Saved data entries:
----------
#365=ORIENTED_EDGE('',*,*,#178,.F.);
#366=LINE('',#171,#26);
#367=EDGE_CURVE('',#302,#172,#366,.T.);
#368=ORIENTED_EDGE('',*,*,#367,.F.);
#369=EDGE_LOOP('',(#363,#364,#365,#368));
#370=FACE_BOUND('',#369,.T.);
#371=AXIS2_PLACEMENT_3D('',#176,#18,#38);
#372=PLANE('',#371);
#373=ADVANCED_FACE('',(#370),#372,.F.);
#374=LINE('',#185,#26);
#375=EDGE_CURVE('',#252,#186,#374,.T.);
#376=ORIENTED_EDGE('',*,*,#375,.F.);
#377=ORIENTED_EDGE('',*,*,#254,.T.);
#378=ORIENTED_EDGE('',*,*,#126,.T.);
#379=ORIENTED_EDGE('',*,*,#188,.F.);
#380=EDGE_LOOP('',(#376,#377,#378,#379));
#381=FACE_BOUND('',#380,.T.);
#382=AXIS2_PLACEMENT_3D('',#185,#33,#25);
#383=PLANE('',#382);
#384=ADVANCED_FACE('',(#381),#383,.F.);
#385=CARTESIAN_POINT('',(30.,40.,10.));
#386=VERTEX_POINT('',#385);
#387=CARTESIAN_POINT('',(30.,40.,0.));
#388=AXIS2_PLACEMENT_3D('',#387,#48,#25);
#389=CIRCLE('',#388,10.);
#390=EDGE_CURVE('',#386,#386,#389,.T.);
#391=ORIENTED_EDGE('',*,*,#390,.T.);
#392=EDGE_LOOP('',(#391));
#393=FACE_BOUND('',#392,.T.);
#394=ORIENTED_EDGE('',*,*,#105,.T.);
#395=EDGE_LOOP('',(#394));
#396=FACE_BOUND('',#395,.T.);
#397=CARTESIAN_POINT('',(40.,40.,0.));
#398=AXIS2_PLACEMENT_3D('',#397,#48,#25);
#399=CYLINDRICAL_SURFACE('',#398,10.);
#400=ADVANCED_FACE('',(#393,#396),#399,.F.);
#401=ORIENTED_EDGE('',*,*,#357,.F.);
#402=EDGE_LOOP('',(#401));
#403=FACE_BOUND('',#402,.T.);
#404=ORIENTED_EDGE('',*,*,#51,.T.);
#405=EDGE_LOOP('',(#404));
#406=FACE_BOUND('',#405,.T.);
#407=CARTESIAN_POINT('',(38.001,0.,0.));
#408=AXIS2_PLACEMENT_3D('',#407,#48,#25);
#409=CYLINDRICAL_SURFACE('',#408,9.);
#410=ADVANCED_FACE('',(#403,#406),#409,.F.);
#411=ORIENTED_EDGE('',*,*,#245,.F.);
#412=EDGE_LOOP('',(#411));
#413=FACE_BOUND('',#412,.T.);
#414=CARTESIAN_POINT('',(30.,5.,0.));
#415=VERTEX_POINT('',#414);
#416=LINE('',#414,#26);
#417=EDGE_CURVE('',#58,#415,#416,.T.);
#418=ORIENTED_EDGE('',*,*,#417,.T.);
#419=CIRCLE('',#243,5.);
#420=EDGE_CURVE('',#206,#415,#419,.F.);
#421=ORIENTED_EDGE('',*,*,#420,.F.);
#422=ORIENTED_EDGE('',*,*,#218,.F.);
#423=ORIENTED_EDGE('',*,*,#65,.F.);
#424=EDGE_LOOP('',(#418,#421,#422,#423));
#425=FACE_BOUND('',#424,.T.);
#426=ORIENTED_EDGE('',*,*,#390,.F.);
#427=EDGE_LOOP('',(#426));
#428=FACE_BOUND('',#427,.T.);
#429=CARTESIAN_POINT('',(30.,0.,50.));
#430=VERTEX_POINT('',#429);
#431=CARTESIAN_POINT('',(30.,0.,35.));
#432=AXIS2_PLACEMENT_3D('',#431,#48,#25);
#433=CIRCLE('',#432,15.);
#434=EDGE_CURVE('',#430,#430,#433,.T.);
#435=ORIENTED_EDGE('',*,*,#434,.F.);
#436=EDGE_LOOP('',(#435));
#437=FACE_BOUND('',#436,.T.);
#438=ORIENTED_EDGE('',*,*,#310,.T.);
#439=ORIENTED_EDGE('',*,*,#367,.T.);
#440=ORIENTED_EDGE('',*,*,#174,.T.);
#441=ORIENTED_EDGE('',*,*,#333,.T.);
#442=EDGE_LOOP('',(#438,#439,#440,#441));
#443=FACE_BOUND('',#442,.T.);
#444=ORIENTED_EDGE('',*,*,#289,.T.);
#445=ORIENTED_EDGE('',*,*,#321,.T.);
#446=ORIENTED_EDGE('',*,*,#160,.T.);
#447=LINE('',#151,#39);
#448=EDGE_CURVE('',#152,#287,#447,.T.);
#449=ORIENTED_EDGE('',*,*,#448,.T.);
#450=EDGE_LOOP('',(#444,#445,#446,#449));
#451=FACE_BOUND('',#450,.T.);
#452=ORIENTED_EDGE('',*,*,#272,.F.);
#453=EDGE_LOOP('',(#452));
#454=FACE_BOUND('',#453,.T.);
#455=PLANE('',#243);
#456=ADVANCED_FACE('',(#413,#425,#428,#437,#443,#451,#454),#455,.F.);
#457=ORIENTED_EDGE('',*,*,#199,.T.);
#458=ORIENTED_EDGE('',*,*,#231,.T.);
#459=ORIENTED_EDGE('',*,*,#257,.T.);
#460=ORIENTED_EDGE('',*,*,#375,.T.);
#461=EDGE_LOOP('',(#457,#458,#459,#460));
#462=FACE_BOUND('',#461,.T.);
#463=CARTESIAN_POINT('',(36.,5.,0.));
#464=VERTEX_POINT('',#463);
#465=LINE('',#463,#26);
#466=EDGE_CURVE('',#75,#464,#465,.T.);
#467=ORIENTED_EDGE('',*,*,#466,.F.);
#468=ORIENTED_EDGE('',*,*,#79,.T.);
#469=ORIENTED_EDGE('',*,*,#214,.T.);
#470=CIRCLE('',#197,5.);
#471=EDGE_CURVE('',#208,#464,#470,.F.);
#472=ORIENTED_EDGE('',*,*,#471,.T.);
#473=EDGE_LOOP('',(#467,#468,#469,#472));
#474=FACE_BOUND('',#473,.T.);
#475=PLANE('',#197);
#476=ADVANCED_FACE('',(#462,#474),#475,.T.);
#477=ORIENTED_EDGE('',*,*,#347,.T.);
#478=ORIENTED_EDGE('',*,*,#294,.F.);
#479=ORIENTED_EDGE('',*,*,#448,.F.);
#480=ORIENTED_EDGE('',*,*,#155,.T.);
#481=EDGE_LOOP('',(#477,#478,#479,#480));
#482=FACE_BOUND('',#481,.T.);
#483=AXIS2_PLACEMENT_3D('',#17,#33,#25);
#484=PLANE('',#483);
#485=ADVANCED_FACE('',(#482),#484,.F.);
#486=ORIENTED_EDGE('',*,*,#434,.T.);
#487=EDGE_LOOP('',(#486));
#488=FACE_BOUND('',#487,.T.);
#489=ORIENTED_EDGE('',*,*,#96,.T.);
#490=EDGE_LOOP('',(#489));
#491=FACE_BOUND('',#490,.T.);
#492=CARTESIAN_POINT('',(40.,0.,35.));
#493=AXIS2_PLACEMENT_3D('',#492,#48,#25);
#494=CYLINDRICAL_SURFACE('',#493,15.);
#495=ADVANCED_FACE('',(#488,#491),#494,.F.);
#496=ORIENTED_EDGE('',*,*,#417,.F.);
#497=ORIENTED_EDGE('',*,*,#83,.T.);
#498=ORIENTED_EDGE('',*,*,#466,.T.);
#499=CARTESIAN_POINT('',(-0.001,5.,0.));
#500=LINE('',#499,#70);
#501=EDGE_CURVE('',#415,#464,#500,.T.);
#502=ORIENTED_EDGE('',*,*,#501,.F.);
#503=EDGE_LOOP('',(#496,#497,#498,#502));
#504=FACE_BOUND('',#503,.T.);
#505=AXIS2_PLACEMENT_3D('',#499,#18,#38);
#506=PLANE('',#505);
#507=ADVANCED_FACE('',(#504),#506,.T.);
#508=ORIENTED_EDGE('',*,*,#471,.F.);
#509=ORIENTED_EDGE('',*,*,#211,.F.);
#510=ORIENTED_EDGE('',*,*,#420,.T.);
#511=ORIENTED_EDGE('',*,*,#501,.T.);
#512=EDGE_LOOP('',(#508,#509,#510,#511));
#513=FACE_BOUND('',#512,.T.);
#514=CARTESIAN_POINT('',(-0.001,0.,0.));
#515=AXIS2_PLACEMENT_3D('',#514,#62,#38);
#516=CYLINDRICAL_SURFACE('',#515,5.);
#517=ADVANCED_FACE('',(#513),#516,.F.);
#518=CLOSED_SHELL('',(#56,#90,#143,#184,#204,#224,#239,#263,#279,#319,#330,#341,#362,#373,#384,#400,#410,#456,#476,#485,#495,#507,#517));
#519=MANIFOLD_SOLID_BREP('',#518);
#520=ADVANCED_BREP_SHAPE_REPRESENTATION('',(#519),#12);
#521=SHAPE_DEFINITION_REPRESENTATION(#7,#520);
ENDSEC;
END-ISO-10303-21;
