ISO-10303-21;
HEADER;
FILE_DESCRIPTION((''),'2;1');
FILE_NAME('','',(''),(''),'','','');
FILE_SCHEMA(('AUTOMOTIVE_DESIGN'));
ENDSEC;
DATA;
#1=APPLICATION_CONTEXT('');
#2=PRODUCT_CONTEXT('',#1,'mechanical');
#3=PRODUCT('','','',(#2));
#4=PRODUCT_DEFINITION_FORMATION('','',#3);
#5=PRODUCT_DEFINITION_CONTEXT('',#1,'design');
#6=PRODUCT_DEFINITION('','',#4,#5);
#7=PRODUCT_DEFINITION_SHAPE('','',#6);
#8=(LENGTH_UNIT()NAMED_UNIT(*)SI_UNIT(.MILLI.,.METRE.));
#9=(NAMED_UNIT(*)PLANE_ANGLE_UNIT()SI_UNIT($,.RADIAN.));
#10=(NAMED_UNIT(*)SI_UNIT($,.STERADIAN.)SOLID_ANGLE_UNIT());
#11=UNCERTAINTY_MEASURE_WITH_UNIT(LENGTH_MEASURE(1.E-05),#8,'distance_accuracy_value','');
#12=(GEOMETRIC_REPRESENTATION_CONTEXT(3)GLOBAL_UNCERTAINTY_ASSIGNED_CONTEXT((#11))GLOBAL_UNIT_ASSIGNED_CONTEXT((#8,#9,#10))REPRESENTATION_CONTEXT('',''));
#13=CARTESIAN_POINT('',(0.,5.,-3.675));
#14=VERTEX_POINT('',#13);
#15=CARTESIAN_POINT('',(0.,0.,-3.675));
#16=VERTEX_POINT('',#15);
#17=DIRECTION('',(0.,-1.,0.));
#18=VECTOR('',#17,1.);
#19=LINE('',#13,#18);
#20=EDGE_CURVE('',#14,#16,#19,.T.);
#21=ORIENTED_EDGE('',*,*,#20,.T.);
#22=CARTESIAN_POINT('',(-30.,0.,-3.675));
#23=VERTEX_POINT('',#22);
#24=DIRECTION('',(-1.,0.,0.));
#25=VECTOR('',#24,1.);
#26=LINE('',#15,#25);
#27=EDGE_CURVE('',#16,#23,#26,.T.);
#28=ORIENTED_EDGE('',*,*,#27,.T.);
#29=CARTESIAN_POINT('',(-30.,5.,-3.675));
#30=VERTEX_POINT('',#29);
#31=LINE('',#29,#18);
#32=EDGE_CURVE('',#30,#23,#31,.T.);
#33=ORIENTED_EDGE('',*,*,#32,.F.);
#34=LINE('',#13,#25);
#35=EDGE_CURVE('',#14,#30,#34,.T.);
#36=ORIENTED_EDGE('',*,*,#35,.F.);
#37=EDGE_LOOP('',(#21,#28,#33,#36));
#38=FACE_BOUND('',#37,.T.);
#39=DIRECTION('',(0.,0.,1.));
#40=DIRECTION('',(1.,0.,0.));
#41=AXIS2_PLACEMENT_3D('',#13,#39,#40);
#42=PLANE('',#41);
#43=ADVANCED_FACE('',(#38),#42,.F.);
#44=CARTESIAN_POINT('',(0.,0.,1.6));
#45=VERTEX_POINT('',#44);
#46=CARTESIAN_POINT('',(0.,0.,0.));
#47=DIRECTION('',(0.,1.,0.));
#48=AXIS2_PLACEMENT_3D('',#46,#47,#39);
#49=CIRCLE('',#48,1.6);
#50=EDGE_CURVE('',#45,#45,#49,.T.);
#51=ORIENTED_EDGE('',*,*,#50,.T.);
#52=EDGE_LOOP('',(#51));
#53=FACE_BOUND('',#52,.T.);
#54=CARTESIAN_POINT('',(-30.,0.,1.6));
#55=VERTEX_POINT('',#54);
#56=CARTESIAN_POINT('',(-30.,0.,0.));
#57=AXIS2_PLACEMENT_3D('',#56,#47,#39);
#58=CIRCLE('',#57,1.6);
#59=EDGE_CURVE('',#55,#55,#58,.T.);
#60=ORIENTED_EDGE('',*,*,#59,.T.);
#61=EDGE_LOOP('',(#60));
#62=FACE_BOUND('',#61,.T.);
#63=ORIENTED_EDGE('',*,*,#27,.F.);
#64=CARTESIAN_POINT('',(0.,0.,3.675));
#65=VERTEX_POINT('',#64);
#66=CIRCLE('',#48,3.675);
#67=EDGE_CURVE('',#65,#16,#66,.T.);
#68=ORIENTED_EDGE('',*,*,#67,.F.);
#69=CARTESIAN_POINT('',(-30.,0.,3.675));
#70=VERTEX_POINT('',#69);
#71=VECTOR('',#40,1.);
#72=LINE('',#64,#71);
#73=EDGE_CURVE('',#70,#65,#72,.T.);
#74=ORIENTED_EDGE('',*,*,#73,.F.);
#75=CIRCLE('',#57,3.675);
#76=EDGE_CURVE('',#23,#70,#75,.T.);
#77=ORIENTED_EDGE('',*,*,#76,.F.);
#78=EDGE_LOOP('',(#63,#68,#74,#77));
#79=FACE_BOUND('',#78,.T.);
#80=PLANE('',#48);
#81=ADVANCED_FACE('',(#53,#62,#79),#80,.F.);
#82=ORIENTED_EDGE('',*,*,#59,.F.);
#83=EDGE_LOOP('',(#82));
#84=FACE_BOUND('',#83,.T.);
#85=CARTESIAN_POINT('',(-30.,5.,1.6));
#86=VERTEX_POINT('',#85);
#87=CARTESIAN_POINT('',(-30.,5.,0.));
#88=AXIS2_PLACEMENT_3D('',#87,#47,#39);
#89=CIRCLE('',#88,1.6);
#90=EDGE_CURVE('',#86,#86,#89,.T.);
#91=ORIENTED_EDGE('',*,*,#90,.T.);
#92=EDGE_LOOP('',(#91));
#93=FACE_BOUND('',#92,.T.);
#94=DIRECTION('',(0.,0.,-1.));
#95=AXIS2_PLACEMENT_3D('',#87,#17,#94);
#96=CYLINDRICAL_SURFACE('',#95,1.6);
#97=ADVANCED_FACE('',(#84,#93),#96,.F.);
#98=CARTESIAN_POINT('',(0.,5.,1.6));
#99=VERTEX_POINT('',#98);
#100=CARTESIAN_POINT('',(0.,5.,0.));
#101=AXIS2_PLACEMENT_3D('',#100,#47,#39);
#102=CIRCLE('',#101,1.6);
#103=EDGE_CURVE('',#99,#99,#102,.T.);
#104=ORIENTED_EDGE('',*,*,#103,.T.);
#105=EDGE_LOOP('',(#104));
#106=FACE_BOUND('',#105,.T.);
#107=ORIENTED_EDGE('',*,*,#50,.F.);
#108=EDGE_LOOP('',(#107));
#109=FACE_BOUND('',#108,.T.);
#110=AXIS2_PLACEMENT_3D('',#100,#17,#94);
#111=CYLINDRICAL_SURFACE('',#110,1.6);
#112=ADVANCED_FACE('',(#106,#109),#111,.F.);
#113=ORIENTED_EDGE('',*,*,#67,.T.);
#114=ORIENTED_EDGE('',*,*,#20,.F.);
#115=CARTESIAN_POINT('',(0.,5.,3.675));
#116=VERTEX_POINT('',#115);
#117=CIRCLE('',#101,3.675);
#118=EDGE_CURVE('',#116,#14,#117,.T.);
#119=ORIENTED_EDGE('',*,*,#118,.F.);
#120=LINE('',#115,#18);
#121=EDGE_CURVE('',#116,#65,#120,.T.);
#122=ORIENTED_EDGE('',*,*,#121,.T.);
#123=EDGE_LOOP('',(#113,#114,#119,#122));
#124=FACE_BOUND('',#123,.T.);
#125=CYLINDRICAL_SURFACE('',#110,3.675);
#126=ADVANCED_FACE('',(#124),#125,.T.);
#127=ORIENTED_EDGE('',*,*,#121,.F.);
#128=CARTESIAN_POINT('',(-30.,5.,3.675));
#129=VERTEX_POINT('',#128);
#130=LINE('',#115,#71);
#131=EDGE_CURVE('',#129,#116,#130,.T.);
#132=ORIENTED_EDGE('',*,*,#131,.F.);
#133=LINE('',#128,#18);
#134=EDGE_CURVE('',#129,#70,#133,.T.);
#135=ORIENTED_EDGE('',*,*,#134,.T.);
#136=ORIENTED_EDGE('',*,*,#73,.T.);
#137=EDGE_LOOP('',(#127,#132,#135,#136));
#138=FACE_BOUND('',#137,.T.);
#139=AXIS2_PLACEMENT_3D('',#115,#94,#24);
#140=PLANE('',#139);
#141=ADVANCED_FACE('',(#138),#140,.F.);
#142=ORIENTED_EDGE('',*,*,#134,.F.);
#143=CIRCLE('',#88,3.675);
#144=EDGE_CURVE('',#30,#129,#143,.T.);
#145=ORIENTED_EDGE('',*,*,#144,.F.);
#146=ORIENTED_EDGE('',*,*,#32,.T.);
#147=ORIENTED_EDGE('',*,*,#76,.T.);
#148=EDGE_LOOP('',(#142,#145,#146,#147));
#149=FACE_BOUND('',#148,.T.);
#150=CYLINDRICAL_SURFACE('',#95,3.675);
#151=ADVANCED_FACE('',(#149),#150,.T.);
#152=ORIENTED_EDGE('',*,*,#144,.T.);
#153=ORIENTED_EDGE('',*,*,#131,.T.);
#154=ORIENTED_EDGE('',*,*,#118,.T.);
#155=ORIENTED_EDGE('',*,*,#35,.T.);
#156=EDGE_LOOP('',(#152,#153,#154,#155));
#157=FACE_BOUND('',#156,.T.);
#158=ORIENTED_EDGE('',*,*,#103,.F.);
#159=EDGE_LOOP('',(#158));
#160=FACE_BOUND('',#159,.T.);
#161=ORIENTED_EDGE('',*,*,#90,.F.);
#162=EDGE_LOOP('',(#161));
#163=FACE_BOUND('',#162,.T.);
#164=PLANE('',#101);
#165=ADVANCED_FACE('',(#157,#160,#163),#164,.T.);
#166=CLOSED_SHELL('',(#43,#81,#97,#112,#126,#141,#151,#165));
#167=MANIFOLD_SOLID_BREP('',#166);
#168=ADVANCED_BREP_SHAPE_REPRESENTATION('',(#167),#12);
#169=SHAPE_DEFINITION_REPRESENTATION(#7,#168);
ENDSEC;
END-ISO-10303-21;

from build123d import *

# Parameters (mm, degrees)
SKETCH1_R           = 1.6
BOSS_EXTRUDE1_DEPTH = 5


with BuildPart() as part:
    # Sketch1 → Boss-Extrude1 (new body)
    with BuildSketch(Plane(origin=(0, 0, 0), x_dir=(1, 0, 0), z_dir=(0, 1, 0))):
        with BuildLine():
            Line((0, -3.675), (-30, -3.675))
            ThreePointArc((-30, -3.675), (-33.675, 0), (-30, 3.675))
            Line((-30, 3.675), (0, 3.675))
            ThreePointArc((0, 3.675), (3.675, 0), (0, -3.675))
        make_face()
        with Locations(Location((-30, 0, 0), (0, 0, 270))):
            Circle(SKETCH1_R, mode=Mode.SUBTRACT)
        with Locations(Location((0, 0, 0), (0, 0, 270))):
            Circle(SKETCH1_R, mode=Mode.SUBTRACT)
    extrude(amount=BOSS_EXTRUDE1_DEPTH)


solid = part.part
----------
* PROMPT: Would you copy out exactly the lines above that start at the one containing "#416=LINE('',#414,#26);" and end at the one containing "#467=ORIENTED_EDGE('',*,*,#466,.F.);", inclusive?

* TASK SOLUTION:
#416=LINE('',#414,#26);
#417=EDGE_CURVE('',#58,#415,#416,.T.);
#418=ORIENTED_EDGE('',*,*,#417,.T.);
#419=CIRCLE('',#243,5.);
#420=EDGE_CURVE('',#206,#415,#419,.F.);
#421=ORIENTED_EDGE('',*,*,#420,.F.);
#422=ORIENTED_EDGE('',*,*,#218,.F.);
#423=ORIENTED_EDGE('',*,*,#65,.F.);
#424=EDGE_LOOP('',(#418,#421,#422,#423));
#425=FACE_BOUND('',#424,.T.);
#426=ORIENTED_EDGE('',*,*,#390,.F.);
#427=EDGE_LOOP('',(#426));
#428=FACE_BOUND('',#427,.T.);
#429=CARTESIAN_POINT('',(30.,0.,50.));
#430=VERTEX_POINT('',#429);
#431=CARTESIAN_POINT('',(30.,0.,35.));
#432=AXIS2_PLACEMENT_3D('',#431,#48,#25);
#433=CIRCLE('',#432,15.);
#434=EDGE_CURVE('',#430,#430,#433,.T.);
#435=ORIENTED_EDGE('',*,*,#434,.F.);
#436=EDGE_LOOP('',(#435));
#437=FACE_BOUND('',#436,.T.);
#438=ORIENTED_EDGE('',*,*,#310,.T.);
#439=ORIENTED_EDGE('',*,*,#367,.T.);
#440=ORIENTED_EDGE('',*,*,#174,.T.);
#441=ORIENTED_EDGE('',*,*,#333,.T.);
#442=EDGE_LOOP('',(#438,#439,#440,#441));
#443=FACE_BOUND('',#442,.T.);
#444=ORIENTED_EDGE('',*,*,#289,.T.);
#445=ORIENTED_EDGE('',*,*,#321,.T.);
#446=ORIENTED_EDGE('',*,*,#160,.T.);
#447=LINE('',#151,#39);
#448=EDGE_CURVE('',#152,#287,#447,.T.);
#449=ORIENTED_EDGE('',*,*,#448,.T.);
#450=EDGE_LOOP('',(#444,#445,#446,#449));
#451=FACE_BOUND('',#450,.T.);
#452=ORIENTED_EDGE('',*,*,#272,.F.);
#453=EDGE_LOOP('',(#452));
#454=FACE_BOUND('',#453,.T.);
#455=PLANE('',#243);
#456=ADVANCED_FACE('',(#413,#425,#428,#437,#443,#451,#454),#455,.F.);
#457=ORIENTED_EDGE('',*,*,#199,.T.);
#458=ORIENTED_EDGE('',*,*,#231,.T.);
#459=ORIENTED_EDGE('',*,*,#257,.T.);
#460=ORIENTED_EDGE('',*,*,#375,.T.);
#461=EDGE_LOOP('',(#457,#458,#459,#460));
#462=FACE_BOUND('',#461,.T.);
#463=CARTESIAN_POINT('',(36.,5.,0.));
#464=VERTEX_POINT('',#463);
#465=LINE('',#463,#26);
#466=EDGE_CURVE('',#75,#464,#465,.T.);
#467=ORIENTED_EDGE('',*,*,#466,.F.);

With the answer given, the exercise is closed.